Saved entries

-- Opening Marker --

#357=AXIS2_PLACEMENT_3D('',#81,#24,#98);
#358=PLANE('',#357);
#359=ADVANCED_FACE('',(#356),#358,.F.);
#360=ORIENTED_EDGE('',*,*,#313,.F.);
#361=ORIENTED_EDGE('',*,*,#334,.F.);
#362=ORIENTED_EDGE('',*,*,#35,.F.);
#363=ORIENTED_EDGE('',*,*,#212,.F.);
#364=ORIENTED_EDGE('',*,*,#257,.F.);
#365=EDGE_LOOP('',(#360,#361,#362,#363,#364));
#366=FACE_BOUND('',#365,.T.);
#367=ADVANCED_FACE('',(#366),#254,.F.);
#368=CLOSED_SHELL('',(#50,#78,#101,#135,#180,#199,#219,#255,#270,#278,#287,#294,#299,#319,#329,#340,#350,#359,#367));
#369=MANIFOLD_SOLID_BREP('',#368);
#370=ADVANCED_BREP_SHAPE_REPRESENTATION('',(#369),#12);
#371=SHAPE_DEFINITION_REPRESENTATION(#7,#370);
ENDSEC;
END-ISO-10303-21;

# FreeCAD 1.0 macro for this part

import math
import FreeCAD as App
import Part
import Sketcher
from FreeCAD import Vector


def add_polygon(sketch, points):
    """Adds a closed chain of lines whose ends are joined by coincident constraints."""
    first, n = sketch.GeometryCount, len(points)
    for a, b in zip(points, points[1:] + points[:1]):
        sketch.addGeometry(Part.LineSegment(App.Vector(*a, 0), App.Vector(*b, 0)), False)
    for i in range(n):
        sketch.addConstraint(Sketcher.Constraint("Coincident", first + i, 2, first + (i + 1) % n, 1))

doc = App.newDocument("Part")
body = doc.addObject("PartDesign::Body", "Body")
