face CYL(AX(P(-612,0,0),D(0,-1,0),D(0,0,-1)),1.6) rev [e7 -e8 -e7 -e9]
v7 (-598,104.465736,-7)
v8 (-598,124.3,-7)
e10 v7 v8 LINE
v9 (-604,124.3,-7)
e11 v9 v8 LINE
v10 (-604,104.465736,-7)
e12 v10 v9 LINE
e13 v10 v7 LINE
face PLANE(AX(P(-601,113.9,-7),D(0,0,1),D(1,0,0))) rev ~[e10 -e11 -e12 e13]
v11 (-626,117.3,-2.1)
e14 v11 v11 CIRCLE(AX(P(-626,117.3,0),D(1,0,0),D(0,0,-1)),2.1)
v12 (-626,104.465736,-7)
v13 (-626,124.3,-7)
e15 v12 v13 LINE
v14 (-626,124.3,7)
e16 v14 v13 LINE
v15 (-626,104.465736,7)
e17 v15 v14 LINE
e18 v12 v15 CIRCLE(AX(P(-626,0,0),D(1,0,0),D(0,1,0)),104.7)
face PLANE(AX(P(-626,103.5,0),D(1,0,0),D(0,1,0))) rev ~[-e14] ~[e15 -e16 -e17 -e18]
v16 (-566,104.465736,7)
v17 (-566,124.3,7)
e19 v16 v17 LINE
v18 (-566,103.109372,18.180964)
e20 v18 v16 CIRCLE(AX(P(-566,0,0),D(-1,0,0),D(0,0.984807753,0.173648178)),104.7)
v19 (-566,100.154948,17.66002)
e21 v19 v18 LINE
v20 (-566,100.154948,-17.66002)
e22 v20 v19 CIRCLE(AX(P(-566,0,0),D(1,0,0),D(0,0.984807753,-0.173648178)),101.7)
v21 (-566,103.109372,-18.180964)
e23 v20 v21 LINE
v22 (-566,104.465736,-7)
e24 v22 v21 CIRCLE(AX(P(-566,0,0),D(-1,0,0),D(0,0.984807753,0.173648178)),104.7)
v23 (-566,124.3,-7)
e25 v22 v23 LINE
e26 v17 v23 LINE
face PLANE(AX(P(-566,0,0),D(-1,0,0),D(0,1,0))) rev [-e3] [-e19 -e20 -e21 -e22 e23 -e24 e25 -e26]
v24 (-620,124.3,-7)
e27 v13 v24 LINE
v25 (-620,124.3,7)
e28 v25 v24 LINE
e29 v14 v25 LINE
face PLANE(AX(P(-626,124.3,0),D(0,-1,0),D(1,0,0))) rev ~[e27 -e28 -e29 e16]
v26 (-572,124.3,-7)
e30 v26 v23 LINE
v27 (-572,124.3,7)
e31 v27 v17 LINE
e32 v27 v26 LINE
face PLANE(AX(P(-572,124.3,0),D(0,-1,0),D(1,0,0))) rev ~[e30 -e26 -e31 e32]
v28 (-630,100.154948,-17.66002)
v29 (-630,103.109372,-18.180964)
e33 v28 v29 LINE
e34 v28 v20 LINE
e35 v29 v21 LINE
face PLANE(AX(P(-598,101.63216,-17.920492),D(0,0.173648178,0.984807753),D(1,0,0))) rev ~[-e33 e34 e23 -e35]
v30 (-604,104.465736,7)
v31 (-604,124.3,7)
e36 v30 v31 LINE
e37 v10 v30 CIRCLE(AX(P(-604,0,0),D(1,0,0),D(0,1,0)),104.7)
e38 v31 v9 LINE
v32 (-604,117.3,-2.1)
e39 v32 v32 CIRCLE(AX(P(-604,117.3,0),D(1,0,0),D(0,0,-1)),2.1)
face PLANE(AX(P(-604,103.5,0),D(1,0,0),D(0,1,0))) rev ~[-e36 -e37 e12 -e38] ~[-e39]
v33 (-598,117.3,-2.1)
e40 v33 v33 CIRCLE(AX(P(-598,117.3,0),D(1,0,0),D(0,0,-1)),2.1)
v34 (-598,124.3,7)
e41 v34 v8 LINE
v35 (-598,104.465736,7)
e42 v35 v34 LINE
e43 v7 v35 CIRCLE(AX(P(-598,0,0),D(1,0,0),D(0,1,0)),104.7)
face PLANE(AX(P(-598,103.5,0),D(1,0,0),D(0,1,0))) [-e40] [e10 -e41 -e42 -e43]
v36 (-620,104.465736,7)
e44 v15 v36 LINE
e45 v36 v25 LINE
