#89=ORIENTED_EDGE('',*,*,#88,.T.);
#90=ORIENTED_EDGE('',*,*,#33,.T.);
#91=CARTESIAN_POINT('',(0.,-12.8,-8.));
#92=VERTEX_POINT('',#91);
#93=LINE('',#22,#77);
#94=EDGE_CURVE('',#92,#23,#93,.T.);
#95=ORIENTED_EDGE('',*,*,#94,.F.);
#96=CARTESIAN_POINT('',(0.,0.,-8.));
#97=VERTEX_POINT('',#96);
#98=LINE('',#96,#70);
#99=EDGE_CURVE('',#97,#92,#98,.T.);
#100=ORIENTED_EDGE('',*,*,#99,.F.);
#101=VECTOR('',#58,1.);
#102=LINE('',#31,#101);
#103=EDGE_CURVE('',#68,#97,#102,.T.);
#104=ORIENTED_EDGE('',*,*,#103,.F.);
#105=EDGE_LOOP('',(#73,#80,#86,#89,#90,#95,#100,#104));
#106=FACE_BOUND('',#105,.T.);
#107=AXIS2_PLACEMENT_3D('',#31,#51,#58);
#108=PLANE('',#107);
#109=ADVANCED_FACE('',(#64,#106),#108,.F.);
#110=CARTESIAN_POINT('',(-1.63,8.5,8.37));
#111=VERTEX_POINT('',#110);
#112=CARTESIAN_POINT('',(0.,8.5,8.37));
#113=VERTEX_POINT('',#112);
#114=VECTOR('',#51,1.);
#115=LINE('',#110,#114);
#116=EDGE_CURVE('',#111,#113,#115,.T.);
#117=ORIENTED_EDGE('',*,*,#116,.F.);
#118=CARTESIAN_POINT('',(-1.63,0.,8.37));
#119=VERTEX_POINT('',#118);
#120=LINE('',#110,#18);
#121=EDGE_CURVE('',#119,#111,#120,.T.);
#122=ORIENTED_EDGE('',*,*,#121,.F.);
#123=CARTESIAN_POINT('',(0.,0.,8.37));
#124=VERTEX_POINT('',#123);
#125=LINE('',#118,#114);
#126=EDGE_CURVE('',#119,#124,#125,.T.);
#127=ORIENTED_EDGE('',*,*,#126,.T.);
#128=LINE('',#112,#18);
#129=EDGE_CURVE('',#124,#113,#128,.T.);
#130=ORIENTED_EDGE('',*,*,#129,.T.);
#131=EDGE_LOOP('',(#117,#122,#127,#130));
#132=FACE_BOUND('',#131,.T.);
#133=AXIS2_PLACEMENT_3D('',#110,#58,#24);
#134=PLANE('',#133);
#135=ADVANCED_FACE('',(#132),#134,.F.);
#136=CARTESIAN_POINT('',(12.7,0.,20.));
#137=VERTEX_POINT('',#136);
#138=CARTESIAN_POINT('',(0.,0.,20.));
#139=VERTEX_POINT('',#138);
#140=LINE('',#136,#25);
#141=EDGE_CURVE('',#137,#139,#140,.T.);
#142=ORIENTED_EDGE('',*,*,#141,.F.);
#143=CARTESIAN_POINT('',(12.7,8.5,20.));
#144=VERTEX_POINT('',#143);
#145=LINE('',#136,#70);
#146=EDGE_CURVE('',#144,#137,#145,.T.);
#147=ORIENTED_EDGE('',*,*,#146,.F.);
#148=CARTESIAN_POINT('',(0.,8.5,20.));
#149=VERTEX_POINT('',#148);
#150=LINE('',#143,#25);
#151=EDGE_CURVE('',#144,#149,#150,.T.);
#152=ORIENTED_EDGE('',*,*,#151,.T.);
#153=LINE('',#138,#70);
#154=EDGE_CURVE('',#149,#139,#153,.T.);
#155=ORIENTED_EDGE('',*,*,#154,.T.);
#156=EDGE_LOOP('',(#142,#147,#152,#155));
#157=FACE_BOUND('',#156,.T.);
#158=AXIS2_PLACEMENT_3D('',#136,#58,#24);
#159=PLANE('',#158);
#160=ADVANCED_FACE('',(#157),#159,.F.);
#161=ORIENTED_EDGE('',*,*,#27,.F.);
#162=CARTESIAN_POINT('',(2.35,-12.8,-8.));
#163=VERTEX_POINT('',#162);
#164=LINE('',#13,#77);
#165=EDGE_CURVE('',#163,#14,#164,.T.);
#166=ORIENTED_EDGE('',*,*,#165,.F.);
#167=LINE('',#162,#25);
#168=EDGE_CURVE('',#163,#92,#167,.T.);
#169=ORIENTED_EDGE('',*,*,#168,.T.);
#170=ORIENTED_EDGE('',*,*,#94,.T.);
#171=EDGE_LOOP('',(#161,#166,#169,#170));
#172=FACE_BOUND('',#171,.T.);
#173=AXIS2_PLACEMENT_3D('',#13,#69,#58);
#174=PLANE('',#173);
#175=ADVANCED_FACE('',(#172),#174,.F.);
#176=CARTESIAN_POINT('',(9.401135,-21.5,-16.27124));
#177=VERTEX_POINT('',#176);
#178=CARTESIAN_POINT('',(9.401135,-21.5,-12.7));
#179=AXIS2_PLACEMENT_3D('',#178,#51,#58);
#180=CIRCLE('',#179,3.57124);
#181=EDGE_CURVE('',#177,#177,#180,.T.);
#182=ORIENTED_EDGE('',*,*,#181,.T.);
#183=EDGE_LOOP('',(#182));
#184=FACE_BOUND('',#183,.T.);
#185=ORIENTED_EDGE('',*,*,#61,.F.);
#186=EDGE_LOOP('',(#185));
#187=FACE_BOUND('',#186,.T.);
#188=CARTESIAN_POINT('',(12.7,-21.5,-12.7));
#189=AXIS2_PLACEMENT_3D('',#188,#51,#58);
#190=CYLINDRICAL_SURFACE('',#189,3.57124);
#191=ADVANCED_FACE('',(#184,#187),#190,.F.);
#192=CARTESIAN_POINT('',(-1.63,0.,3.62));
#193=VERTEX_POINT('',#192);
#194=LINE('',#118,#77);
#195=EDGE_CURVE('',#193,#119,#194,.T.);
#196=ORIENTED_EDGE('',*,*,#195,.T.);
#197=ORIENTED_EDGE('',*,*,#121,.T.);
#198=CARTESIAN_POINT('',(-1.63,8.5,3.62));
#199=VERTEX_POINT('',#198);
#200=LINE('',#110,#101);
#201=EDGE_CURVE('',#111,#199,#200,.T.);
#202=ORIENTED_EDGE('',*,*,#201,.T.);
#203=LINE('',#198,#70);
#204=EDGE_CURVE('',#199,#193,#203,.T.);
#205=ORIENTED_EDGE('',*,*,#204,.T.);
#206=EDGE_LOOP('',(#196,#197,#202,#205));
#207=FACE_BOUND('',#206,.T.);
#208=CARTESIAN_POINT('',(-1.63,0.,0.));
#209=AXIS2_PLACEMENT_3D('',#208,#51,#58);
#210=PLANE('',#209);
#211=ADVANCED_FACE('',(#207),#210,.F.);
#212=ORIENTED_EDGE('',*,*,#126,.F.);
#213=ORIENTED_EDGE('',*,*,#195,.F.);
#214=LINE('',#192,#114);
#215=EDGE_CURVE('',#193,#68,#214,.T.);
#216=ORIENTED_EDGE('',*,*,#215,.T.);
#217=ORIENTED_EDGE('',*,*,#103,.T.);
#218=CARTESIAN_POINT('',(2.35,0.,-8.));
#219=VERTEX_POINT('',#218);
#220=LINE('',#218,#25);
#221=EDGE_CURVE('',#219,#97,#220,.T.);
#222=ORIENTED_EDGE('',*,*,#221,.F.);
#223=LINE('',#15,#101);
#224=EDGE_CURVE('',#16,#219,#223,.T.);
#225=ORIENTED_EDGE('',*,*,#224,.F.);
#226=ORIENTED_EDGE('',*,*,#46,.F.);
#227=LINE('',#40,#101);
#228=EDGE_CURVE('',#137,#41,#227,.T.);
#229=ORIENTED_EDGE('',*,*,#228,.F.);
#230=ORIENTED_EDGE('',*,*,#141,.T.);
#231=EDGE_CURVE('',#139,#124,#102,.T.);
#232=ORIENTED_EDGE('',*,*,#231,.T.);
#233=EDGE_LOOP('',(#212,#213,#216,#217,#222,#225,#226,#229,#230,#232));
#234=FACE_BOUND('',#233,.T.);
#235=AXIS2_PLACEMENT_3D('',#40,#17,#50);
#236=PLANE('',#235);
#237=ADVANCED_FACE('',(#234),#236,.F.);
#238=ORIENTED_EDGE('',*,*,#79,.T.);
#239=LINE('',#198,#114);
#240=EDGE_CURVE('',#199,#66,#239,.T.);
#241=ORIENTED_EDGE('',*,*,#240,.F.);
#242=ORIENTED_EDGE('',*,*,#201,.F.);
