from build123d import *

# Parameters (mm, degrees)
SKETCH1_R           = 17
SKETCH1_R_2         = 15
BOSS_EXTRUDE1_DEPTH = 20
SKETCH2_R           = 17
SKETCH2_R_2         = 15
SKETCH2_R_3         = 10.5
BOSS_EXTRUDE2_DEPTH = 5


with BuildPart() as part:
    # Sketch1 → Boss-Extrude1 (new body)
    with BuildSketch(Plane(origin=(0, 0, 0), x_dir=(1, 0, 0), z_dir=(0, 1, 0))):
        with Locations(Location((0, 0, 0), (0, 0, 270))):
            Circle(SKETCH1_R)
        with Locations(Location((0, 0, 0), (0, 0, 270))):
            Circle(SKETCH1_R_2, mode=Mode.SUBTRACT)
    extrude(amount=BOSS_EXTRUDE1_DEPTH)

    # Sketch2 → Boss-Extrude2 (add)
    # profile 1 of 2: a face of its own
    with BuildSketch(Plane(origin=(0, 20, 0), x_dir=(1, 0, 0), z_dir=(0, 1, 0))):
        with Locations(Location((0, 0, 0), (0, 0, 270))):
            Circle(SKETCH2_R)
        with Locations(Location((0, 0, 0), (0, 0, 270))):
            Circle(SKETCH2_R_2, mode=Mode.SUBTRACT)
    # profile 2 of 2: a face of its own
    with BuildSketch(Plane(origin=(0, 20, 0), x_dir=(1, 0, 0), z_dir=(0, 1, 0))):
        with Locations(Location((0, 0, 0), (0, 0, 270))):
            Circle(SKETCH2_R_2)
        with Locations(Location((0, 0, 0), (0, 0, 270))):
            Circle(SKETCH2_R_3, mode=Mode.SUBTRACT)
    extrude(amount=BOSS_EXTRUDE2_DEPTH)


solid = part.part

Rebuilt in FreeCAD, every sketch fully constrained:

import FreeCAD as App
import Part
import Sketcher
from FreeCAD import Vector

doc = App.newDocument("Part")
body = doc.addObject("PartDesign::Body", "Body")

# Sketch on XZ plane
sketch1 = body.newObject("Sketcher::SketchObject", "Sketch")
sketch1.AttachmentSupport = (doc.getObject("XZ_Plane"), [""])
sketch1.MapMode = "FlatFace"
sketch1.addGeometry([
    Part.Circle(Vector(0, 0, 0), Vector(0, 0, 1), 17),
    Part.Circle(Vector(0, 0, 0), Vector(0, 0, 1), 15),
], False)
sketch1.addConstraint([
    Sketcher.Constraint("Coincident", 0, 3, -1, 1),
    Sketcher.Constraint("Coincident", 1, 3, -1, 1),
    Sketcher.Constraint("Diameter", 0, 34.0),
    Sketcher.Constraint("Diameter", 1, 30.0),
])
pad1 = body.newObject("PartDesign::Pad", "Pad")
pad1.Profile = sketch1
pad1.Length = 20
pad1.Reversed = True

# Sketch on XZ plane
sketch2 = body.newObject("Sketcher::SketchObject", "Sketch001")
sketch2.AttachmentSupport = (doc.getObject("XZ_Plane"), [""])
sketch2.MapMode = "FlatFace"
sketch2.AttachmentOffset = App.Placement(Vector(0, 0, -20), App.Rotation())
sketch2.addGeometry([
    Part.Circle(Vector(0, 0, 0), Vector(0, 0, 1), 17),
    Part.Circle(Vector(0, 0, 0), Vector(0, 0, 1), 10.5),
], False)
sketch2.addConstraint([
    Sketcher.Constraint("Coincident", 0, 3, -1, 1),
    Sketcher.Constraint("Coincident", 1, 3, -1, 1),
    Sketcher.Constraint("Diameter", 0, 34.0),
    Sketcher.Constraint("Diameter", 1, 21.0),
])
pad2 = body.newObject("PartDesign::Pad", "Pad001")
pad2.Profile = sketch2
pad2.Length = 5
pad2.Reversed = True

doc.recompute()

-- Closing Marker --

| What the task requires |
Word for word, repeat the lines from the one holding "Rebuilt in FreeCAD, every" through the last line of the entries, both included.

| Answer for this exercise |
Rebuilt in FreeCAD, every sketch fully constrained:

import FreeCAD as App
import Part
import Sketcher
from FreeCAD import Vector

doc = App.newDocument("Part")
body = doc.addObject("PartDesign::Body", "Body")

# Sketch on XZ plane
sketch1 = body.newObject("Sketcher::SketchObject", "Sketch")
sketch1.AttachmentSupport = (doc.getObject("XZ_Plane"), [""])
sketch1.MapMode = "FlatFace"
sketch1.addGeometry([
    Part.Circle(Vector(0, 0, 0), Vector(0, 0, 1), 17),
    Part.Circle(Vector(0, 0, 0), Vector(0, 0, 1), 15),
], False)
sketch1.addConstraint([
    Sketcher.Constraint("Coincident", 0, 3, -1, 1),
    Sketcher.Constraint("Coincident", 1, 3, -1, 1),
    Sketcher.Constraint("Diameter", 0, 34.0),
    Sketcher.Constraint("Diameter", 1, 30.0),
])
pad1 = body.newObject("PartDesign::Pad", "Pad")
pad1.Profile = sketch1
pad1.Length = 20
pad1.Reversed = True

# Sketch on XZ plane
sketch2 = body.newObject("Sketcher::SketchObject", "Sketch001")
sketch2.AttachmentSupport = (doc.getObject("XZ_Plane"), [""])
sketch2.MapMode = "FlatFace"
sketch2.AttachmentOffset = App.Placement(Vector(0, 0, -20), App.Rotation())
sketch2.addGeometry([
    Part.Circle(Vector(0, 0, 0), Vector(0, 0, 1), 17),
    Part.Circle(Vector(0, 0, 0), Vector(0, 0, 1), 10.5),
], False)
sketch2.addConstraint([
    Sketcher.Constraint("Coincident", 0, 3, -1, 1),
    Sketcher.Constraint("Coincident", 1, 3, -1, 1),
    Sketcher.Constraint("Diameter", 0, 34.0),
    Sketcher.Constraint("Diameter", 1, 21.0),
])
pad2 = body.newObject("PartDesign::Pad", "Pad001")
pad2.Profile = sketch2
pad2.Length = 5
pad2.Reversed = True

doc.recompute()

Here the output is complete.